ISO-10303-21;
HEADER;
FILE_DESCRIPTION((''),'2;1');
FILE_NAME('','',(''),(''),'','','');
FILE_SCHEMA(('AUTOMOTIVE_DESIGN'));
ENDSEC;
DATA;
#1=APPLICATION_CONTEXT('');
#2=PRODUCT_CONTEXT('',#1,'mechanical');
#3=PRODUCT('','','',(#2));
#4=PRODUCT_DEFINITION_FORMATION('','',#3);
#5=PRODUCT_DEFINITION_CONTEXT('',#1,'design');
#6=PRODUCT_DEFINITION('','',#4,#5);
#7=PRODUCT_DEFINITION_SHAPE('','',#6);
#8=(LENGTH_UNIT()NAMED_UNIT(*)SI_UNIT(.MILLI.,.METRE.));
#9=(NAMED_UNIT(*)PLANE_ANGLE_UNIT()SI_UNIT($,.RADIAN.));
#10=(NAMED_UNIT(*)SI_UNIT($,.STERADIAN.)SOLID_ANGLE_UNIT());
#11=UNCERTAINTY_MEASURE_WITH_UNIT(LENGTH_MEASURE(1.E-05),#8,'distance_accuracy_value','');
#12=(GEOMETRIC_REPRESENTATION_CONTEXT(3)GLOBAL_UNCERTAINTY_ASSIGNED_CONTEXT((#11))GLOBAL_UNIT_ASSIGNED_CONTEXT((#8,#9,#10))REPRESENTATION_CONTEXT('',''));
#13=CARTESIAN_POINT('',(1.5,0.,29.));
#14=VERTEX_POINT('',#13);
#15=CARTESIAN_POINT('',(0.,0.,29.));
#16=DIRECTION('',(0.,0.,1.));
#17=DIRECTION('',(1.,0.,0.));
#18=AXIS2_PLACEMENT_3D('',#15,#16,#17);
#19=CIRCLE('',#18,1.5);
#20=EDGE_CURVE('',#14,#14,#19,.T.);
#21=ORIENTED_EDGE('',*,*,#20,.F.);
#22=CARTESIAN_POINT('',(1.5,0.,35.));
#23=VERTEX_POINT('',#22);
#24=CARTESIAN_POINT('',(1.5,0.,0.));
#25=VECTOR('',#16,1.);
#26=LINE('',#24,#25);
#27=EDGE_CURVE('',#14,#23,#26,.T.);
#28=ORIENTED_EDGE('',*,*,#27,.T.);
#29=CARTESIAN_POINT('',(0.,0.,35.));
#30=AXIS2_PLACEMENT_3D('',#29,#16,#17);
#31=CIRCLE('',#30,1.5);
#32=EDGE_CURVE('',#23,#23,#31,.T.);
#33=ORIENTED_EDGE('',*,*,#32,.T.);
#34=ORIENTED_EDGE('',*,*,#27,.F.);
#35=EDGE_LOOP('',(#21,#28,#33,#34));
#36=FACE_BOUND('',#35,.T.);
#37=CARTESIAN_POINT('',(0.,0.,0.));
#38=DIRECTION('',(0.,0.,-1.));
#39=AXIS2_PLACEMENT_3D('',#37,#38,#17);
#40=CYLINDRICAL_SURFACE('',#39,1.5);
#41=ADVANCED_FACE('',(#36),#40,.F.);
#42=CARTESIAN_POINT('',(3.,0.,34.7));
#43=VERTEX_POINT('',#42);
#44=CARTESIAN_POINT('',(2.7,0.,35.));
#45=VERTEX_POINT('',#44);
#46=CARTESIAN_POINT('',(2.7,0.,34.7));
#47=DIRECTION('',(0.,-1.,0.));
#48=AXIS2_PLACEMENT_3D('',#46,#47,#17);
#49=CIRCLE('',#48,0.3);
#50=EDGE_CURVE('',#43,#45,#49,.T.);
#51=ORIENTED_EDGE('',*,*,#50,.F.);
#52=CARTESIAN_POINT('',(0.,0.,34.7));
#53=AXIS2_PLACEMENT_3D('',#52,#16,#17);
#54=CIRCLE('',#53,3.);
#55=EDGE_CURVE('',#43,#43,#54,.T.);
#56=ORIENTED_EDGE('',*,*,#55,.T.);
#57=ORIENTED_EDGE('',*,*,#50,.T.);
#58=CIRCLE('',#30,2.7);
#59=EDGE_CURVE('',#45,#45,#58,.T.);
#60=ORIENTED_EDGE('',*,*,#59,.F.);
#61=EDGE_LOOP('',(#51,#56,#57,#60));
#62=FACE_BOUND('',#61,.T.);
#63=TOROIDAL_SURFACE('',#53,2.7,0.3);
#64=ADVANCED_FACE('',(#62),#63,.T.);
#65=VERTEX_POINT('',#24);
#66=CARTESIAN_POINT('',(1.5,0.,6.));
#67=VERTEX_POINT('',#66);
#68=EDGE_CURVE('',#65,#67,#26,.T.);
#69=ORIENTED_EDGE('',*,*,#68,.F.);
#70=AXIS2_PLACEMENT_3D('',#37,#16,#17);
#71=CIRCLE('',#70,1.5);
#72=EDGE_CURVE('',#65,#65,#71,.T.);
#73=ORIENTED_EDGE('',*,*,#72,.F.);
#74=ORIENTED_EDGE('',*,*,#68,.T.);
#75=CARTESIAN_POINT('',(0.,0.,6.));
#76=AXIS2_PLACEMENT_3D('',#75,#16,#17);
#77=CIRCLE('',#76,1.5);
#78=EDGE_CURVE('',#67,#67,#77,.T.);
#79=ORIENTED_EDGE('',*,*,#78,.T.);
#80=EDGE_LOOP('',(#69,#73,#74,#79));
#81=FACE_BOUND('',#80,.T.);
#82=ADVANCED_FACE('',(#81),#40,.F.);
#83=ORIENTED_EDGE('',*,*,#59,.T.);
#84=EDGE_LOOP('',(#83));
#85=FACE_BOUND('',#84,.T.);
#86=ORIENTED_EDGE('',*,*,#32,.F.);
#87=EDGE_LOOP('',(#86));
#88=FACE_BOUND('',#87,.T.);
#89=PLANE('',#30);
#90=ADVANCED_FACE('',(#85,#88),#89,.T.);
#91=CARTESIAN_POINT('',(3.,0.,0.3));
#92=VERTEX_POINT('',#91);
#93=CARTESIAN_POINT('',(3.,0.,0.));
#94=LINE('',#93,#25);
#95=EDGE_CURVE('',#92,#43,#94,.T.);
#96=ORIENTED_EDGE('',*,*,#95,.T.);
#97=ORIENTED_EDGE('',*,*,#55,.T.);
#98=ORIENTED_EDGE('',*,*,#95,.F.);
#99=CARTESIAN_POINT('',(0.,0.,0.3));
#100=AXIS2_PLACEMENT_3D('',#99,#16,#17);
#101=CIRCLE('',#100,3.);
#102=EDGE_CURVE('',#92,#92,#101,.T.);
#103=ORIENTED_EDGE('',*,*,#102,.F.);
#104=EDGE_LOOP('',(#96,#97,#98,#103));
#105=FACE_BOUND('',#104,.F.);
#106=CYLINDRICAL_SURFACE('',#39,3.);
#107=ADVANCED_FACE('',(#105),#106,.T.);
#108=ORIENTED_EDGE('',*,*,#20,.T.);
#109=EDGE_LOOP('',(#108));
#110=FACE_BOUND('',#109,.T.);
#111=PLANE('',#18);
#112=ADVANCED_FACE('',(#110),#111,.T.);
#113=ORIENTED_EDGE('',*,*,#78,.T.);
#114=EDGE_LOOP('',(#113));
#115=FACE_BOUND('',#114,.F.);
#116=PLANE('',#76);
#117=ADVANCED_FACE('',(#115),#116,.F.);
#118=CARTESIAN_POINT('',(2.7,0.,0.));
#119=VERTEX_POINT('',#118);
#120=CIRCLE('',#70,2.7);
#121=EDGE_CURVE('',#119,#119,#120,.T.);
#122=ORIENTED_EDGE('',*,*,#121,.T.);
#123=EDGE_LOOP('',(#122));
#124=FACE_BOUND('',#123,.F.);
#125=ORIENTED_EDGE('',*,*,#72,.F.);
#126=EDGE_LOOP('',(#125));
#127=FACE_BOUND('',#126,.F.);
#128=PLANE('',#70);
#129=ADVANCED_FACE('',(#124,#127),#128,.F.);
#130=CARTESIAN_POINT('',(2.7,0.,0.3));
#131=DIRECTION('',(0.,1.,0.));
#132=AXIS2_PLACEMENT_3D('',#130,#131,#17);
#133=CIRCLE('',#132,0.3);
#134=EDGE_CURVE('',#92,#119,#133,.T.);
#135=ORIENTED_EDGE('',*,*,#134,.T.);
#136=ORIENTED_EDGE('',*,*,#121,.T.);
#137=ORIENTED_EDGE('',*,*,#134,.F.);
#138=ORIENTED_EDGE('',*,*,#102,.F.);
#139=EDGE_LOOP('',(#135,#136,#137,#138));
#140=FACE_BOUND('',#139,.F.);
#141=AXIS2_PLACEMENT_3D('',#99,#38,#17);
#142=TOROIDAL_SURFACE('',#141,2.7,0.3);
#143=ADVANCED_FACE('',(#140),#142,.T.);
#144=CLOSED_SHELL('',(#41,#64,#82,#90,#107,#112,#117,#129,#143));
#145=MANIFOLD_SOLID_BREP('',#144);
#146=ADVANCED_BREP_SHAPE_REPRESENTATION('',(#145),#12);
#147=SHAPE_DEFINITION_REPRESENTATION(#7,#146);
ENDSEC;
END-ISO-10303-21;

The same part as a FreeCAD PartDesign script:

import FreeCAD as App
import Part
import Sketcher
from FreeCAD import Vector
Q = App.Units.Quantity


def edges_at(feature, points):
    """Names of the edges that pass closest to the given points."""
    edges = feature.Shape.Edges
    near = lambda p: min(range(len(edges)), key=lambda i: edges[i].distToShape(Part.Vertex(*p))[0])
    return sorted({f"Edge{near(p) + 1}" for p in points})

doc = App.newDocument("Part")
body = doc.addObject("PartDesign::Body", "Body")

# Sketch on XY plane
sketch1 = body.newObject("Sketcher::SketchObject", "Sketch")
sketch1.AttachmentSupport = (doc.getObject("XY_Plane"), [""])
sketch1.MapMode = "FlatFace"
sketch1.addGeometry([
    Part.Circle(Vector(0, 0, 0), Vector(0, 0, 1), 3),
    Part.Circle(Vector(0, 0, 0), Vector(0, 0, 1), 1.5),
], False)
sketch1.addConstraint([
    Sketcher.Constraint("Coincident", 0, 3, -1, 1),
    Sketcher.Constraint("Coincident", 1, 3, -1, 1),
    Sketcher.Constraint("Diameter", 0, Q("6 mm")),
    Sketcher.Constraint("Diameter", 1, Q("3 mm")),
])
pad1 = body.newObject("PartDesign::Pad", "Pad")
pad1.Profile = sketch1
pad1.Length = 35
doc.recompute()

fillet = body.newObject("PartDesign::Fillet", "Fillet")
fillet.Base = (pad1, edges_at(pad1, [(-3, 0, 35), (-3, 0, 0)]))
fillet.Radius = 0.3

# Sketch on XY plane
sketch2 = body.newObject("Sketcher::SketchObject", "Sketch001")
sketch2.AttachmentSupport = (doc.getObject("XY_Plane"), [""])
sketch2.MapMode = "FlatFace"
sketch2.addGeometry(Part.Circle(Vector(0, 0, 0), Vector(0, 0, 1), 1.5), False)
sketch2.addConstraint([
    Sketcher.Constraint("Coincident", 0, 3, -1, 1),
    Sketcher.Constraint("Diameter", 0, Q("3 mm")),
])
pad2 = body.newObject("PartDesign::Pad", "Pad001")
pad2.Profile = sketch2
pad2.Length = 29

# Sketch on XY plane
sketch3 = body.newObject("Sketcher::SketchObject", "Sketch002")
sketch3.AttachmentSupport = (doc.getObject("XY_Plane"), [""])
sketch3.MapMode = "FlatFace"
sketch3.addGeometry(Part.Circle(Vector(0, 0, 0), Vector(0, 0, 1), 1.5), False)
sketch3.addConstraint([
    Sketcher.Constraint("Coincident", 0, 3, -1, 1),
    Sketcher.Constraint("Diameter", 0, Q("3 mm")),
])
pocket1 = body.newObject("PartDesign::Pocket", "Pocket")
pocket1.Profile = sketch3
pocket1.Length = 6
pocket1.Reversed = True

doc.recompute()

* * *

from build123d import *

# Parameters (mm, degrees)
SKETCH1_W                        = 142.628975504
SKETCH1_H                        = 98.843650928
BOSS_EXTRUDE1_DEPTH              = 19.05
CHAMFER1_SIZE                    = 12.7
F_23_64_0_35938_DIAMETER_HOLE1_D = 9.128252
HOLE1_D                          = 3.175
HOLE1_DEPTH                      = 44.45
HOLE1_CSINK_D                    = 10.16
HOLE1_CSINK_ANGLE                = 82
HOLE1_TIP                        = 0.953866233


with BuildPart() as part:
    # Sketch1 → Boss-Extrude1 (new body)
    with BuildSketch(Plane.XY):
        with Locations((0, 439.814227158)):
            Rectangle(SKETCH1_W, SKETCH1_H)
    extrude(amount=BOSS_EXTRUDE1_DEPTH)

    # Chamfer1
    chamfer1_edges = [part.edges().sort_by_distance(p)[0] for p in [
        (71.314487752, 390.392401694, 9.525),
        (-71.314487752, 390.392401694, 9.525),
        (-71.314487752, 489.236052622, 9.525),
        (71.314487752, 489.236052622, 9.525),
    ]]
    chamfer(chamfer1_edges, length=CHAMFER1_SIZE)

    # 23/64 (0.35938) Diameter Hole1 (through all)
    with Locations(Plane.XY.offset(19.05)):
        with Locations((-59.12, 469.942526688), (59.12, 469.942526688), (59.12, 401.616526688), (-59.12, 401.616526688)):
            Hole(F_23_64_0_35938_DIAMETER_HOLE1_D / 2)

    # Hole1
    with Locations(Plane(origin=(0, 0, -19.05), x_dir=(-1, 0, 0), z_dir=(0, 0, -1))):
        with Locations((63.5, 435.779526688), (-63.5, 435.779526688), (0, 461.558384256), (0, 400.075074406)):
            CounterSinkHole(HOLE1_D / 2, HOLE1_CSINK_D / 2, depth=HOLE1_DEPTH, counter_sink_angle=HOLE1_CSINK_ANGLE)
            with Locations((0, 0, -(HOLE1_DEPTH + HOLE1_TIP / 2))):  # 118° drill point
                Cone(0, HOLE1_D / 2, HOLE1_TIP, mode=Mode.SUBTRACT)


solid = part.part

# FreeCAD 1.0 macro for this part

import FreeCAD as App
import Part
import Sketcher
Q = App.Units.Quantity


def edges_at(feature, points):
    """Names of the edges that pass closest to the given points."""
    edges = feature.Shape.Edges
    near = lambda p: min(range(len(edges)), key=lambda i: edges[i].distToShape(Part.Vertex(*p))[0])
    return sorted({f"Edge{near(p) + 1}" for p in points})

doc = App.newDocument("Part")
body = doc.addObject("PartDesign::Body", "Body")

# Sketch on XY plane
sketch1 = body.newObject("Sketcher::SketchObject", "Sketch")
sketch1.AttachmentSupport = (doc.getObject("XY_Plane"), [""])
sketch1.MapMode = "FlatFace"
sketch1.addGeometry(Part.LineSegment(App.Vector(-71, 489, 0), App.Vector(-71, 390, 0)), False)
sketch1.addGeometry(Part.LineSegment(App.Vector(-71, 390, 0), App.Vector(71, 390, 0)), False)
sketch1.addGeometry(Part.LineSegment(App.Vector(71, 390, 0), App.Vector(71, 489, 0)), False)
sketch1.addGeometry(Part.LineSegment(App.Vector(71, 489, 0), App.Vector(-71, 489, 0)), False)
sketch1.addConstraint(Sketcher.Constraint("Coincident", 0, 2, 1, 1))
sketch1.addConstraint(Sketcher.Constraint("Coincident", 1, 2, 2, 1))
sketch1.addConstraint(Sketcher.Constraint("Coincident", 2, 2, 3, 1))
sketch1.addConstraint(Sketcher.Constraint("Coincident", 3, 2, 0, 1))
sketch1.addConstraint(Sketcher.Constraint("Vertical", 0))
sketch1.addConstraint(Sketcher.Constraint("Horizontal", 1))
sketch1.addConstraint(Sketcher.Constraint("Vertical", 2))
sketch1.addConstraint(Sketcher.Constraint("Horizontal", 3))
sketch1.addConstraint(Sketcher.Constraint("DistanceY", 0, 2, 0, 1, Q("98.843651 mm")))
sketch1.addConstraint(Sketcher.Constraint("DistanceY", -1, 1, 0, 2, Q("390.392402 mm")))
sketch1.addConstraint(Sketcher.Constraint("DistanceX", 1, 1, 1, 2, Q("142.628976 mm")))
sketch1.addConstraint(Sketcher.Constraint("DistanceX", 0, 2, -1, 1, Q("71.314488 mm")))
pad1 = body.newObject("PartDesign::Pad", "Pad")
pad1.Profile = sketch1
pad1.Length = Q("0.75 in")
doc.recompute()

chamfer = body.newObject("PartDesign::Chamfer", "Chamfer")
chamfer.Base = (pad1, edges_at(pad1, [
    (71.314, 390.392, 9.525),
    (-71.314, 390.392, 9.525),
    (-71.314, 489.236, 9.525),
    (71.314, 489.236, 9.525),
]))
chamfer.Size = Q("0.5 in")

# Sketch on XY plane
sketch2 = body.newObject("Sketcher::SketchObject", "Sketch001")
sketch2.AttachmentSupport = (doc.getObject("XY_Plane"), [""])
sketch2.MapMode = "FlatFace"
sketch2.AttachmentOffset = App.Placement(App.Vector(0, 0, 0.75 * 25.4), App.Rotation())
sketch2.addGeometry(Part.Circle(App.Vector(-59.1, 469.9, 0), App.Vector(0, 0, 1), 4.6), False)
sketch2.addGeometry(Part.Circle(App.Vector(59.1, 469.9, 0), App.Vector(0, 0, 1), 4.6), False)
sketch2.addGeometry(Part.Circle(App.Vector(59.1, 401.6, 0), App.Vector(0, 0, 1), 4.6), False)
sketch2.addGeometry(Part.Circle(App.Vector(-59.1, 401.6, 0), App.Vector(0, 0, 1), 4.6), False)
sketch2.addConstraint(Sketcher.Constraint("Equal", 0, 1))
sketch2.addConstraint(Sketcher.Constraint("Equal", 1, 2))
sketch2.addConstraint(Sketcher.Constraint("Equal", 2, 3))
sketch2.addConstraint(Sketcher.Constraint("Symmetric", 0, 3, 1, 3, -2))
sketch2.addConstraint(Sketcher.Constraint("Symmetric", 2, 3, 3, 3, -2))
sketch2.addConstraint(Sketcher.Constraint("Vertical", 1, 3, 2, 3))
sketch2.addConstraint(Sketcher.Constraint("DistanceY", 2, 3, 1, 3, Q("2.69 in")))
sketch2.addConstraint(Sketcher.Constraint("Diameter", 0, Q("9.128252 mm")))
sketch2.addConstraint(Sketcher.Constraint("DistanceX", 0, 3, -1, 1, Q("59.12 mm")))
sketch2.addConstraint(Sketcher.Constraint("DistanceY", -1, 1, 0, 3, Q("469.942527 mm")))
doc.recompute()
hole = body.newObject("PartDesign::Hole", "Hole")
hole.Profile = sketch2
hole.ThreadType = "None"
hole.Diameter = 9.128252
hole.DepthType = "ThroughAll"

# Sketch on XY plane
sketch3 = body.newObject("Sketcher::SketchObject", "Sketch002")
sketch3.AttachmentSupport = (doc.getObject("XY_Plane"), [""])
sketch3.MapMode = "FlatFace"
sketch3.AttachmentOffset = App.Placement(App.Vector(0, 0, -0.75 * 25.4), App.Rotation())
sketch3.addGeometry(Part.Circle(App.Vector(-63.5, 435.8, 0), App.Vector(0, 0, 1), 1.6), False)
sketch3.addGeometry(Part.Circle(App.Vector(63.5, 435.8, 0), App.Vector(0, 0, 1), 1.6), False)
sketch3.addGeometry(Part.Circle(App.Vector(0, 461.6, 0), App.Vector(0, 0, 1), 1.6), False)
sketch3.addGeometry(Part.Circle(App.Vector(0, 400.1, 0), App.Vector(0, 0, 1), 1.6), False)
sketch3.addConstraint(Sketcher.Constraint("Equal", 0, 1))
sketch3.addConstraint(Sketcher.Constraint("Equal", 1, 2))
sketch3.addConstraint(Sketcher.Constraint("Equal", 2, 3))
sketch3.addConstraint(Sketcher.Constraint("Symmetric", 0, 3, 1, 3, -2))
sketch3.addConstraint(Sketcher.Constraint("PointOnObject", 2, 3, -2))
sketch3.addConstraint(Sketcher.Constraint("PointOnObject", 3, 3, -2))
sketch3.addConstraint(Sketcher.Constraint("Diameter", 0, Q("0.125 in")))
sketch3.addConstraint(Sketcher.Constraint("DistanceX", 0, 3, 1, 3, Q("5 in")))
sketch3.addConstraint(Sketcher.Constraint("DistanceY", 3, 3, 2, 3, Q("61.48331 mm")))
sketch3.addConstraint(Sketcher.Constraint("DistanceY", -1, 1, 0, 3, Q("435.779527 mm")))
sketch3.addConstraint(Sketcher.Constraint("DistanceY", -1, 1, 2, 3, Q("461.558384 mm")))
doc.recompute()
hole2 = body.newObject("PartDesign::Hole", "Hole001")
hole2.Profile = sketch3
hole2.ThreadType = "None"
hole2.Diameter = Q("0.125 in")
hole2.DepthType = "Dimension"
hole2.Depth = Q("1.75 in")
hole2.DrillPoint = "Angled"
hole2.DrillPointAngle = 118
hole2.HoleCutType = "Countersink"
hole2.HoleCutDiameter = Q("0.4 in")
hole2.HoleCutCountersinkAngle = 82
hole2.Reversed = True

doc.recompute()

**Assignment**
What do the lines above say from the one containing "#59=EDGE_CURVE('',#45,#45,#58,.T.);" down to the one containing "#67=VERTEX_POINT('',#66);"? Return them exactly, both end lines included, and only them.

**Exercise answer**
#59=EDGE_CURVE('',#45,#45,#58,.T.);
#60=ORIENTED_EDGE('',*,*,#59,.F.);
#61=EDGE_LOOP('',(#51,#56,#57,#60));
#62=FACE_BOUND('',#61,.T.);
#63=TOROIDAL_SURFACE('',#53,2.7,0.3);
#64=ADVANCED_FACE('',(#62),#63,.T.);
#65=VERTEX_POINT('',#24);
#66=CARTESIAN_POINT('',(1.5,0.,6.));
#67=VERTEX_POINT('',#66);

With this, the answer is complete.